The original, British version is probably much better. I say probably because I haven't seen the American version; but seeing as you lot usually change and fuck-up out of all proportion what is nearly always a good original, I'm almost certainly correct in my assumption.


----------



## Harry Dresden (Jan 27, 2011)

Swagger said:


> The original, British version is probably much better. I say probably because I haven't seen the American version; but seeing as you lot usually change and fuck-up out of all proportion what is nearly always a good original, I'm almost certainly correct in my assumption.



sometimes.....just like right now there is the "Americanized" version of Being Human...just wait until you see the first American Doctor Who....


----------



## Madeline (Jan 27, 2011)

I watched it last night because you mentioned it, Harry.

Was a hoot...thankies!


----------



## Luissa (Jan 27, 2011)

Seen all the episodes so far, good show.


----------



## Luissa (Jan 27, 2011)

Harry Dresden said:


> Swagger said:
> 
> 
> > The original, British version is probably much better. I say probably because I haven't seen the American version; but seeing as you lot usually change and fuck-up out of all proportion what is nearly always a good original, I'm almost certainly correct in my assumption.
> ...



Being Human is alright, but I hope we never try to ruin Dr Who.


----------



## Madeline (Jan 27, 2011)

Showtime is having a whacamacallit  -- festival?  Anyway, they are rebroadcasting them on Saturday.

I think William C. Macy is a genuis.


----------



## LibocalypseNow (Jan 27, 2011)

Degenerate Dummies enjoy watching Degenerate Dummy shows i guess. These shows are actually very depressing. The destruction of the American Family is the single biggest tragedy to befall our nation. Showtime & MTV are run by degenerate Liberal cretins.
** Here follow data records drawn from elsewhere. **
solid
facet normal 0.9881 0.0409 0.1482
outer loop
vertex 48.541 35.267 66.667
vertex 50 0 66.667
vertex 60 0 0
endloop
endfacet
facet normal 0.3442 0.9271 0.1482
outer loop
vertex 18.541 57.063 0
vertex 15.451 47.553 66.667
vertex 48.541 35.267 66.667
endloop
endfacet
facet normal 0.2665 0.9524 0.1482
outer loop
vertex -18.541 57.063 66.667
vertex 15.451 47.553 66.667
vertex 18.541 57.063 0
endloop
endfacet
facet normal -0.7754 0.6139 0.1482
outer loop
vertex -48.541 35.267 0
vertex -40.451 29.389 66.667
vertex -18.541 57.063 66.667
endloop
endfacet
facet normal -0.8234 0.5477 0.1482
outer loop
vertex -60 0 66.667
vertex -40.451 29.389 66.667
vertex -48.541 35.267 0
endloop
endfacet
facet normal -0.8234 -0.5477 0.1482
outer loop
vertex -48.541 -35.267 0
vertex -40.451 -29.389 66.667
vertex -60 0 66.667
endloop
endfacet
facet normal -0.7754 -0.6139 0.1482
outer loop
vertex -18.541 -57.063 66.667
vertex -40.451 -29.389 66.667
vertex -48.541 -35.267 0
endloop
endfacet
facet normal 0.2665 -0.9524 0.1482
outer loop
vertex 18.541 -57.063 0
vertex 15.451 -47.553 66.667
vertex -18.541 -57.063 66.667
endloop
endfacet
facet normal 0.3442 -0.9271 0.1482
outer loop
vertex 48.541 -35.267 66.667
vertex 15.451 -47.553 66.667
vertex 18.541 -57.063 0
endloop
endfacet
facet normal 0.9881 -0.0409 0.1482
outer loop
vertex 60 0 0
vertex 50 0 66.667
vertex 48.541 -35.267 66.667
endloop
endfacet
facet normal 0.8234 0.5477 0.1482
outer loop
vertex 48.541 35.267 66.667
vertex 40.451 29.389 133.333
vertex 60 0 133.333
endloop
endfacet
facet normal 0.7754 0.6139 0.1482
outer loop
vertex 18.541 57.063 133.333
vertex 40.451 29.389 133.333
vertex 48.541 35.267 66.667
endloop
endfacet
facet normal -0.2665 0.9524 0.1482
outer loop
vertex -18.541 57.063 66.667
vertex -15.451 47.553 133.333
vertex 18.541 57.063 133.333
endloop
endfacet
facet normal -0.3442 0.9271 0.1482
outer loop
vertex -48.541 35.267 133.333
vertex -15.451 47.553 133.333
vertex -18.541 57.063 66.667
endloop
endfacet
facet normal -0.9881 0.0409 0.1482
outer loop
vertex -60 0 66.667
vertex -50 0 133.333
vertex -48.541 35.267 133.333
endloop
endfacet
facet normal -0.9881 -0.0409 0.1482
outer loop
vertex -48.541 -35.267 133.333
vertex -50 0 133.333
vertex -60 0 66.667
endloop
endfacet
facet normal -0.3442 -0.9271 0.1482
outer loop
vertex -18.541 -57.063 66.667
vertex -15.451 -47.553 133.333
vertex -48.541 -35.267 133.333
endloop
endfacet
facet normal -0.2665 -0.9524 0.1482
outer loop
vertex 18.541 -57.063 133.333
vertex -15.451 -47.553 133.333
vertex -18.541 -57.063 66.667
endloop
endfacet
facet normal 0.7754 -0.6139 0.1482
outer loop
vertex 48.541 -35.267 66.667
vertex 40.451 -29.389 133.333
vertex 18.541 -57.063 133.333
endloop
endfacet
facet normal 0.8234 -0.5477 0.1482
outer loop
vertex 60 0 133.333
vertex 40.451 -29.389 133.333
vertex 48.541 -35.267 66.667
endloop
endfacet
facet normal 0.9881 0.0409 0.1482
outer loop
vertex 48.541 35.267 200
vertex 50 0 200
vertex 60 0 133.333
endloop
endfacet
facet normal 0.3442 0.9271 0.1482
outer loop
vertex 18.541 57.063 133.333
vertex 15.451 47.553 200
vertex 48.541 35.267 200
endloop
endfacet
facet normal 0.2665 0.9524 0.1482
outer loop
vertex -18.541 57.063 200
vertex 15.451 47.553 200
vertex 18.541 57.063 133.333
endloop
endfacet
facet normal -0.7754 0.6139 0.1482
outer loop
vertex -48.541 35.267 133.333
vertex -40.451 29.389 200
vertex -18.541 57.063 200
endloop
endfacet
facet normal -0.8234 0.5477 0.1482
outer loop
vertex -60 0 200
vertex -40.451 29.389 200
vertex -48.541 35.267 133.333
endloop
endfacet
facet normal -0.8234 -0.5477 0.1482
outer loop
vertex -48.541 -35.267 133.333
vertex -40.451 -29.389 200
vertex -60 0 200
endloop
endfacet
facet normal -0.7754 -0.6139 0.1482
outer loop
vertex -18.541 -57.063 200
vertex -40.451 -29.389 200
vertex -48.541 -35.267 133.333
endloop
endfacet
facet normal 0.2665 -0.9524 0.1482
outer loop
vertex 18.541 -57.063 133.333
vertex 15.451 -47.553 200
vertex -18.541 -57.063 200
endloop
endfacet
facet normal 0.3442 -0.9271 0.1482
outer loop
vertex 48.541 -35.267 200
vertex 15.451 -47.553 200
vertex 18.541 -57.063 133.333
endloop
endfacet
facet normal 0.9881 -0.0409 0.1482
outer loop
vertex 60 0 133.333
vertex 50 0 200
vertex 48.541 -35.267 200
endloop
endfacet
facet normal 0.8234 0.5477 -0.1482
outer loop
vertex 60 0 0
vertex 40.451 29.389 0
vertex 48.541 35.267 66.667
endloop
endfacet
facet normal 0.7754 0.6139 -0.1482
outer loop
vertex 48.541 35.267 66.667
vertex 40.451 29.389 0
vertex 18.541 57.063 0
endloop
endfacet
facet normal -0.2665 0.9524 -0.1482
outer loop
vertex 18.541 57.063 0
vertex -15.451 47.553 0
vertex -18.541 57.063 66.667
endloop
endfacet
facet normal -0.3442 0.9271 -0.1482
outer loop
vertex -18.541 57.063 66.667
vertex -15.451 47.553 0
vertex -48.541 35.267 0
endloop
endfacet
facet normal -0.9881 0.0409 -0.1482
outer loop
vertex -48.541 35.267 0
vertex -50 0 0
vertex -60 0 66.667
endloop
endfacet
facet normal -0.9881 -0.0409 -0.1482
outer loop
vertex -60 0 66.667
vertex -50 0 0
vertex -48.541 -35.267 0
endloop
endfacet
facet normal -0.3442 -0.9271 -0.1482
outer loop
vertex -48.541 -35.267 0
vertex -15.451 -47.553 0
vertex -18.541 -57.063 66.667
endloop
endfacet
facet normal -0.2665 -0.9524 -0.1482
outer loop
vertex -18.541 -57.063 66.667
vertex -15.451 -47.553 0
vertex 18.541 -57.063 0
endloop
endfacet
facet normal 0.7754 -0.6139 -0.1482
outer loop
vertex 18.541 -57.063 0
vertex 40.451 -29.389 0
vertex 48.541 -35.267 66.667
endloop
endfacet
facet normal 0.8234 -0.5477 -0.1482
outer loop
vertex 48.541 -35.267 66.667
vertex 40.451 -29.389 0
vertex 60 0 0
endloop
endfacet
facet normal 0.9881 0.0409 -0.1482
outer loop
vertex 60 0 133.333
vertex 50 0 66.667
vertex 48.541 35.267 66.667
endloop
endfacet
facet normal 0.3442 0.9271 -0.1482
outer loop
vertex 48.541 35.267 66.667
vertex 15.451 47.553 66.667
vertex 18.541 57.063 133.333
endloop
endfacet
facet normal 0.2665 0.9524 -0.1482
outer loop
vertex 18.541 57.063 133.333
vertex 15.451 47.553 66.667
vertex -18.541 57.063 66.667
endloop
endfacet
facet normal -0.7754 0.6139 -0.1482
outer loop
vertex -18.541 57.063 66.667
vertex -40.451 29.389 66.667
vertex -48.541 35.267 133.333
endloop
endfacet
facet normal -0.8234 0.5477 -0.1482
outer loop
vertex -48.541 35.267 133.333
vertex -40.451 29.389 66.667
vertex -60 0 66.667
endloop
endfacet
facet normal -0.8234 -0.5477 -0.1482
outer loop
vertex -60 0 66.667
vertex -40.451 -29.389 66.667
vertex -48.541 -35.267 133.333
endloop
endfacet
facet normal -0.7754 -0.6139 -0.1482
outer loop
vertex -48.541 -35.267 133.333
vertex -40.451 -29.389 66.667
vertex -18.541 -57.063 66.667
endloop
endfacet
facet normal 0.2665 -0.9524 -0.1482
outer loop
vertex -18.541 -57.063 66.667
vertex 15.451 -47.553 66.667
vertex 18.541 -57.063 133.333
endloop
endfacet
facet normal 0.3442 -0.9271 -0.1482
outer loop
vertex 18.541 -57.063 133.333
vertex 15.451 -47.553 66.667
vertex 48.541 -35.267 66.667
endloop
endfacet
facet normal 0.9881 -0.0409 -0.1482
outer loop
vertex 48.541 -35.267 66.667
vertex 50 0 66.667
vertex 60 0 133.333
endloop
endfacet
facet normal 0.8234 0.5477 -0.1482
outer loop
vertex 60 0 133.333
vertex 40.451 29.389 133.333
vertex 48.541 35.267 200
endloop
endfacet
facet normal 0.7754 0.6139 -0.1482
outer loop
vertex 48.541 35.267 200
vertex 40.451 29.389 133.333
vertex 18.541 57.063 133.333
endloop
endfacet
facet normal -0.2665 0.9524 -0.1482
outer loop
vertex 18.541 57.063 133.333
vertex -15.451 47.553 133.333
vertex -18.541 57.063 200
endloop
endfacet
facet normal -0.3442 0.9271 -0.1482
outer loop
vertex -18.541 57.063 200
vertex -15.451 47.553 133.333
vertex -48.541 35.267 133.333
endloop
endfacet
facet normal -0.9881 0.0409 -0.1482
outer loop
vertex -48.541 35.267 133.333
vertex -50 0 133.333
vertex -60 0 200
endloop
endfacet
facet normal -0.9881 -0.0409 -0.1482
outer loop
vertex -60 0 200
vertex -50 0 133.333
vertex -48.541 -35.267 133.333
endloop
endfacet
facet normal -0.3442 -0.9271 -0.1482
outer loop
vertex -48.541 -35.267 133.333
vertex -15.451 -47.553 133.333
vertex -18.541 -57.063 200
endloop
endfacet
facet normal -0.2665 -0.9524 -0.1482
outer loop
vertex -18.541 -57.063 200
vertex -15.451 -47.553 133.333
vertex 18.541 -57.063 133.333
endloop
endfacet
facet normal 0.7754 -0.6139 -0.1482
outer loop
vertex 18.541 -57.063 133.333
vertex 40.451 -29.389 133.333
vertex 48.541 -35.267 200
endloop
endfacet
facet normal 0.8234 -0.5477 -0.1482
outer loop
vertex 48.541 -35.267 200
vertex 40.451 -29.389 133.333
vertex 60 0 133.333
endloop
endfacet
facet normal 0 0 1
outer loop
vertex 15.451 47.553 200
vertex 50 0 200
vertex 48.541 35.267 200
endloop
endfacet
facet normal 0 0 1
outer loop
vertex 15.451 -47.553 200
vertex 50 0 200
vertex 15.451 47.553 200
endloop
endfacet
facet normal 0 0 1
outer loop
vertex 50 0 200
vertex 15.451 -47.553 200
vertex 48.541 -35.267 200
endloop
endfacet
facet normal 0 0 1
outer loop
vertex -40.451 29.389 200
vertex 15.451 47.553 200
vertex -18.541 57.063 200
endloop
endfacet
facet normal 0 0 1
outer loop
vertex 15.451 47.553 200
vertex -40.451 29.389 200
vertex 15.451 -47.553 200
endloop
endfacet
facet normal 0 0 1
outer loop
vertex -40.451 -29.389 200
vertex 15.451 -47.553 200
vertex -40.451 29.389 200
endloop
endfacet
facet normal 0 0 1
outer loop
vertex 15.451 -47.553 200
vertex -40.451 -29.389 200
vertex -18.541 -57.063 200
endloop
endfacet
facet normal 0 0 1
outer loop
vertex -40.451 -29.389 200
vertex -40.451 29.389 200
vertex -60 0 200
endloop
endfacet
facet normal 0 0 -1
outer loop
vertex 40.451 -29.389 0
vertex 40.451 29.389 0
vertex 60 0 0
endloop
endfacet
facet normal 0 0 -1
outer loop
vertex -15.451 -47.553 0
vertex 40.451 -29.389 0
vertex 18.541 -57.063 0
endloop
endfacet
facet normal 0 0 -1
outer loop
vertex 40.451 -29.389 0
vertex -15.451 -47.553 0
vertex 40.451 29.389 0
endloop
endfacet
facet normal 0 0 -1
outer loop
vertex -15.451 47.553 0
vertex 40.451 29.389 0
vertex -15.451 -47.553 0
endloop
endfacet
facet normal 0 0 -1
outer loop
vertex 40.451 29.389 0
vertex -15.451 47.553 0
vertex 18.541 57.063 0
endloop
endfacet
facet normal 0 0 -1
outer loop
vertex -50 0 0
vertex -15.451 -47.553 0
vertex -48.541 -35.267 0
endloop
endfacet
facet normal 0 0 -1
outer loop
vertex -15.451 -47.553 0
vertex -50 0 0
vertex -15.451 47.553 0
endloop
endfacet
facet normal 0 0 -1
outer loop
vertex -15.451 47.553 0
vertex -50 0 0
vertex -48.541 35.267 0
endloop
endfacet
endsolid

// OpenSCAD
// Height
height = 200; // [10:200]

// Bottom radius
radius = 50; // [1:120]

// Top radius
radiusTop = 50; // [1:120]

// Number of Sides
sides = 10; // [3:100]

// Number of Levels
levels = 3; // [1:100]

// Spike size
spike = 10; // [0:20]

// Twist angle per layer
twist = 0; // [0:360]

function levelRadius(level) = radius + (radiusTop-radius)/levels * level;
function levelTwist(level) = level * twist;
/* function spikeRadius(level, side) = let(
  oddLayer = level % 2 == 1,
  evenPoint = side % 2 == 0
) (oddLayer && evenPoint) ? spike : 0; */
function spikeRadius(level, side) = let(
  oddLayer = level % 2 == 1,
  oddPoint = side % 2 == 1
) (oddLayer && oddPoint) ? spike : (!oddLayer && !oddPoint) ? spike : 0;

// ----------------------------------------------------------------------------
maxHeight = height - height % levels; // recalculated max height
levelHeight = floor(height / levels); // one level height
sideAngle = 360 / sides; // one side angle

points = [
  for(z = [0:levelHeight:maxHeight])
    for(i = [0:sideAngle:359])
      let(
        level = z / levelHeight,
        side = i / sideAngle,
        t = levelTwist(level),
        r = levelRadius(level) + spikeRadius(level, side),
        x = r * cos(i + t),
        y = r * sin(i + t)
      )
      [x, y, z]
];

function p(s, z) = [
  s + sides * z,
  s + sides * (z + 1),
  ((s + 1) % sides) + sides * (z + 1),
  ((s + 1) % sides) + sides * z
];

faces = concat(
  [
    for(z = [0:(maxHeight / levelHeight) - 1])
      for(s = [0:sides - 1])
        let (o = p(s, z))
        ((s + z) % 2 == 0) ? [o[0], o[1], o[2]] : [o[1], o[2], o[3]]
  ],
  [
    for(z = [0:(maxHeight / levelHeight) - 1])
      for(s = [0:sides - 1])
        let (o = p(s, z))
        ((s + z) % 2 == 0) ? [o[2], o[3], o[0]] : [o[3], o[0], o[1]]
  ],
  [[for(s = [sides - 1:-1:0]) maxHeight / levelHeight * sides + s]], // top
  [[for(s = [0:sides - 1]) s]] // bottom
);

translate([0,0,0])
  scale([1,1,height/maxHeight])
    polyhedron(points, faces);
They promote & glorify everything that is tragically wrong with our nation. So are these shows really funny? I don't think so. They just say a lot about the current state of our nation. Glorifying decimated and debauched families just isn't funny. Hey,just my opinion anyway.


----------



## Blagger (Jan 27, 2011)

LibocalypseNow said:


> Degenerate Dummies enjoy watching Degenerate Dummy shows i guess. These shows are actually very depressing. The destruction of the American Family is the single biggest tragedy to befall our nation. Showtime & MTV are run by degenerate Liberal cretins. They promote & glorify everything that is tragically wrong with our nation. So are these shows really funny? I don't think so. They just say a lot about the current state of our nation. Glorifying decimated and debauched families just isn't funny. Hey,just my opinion anyway.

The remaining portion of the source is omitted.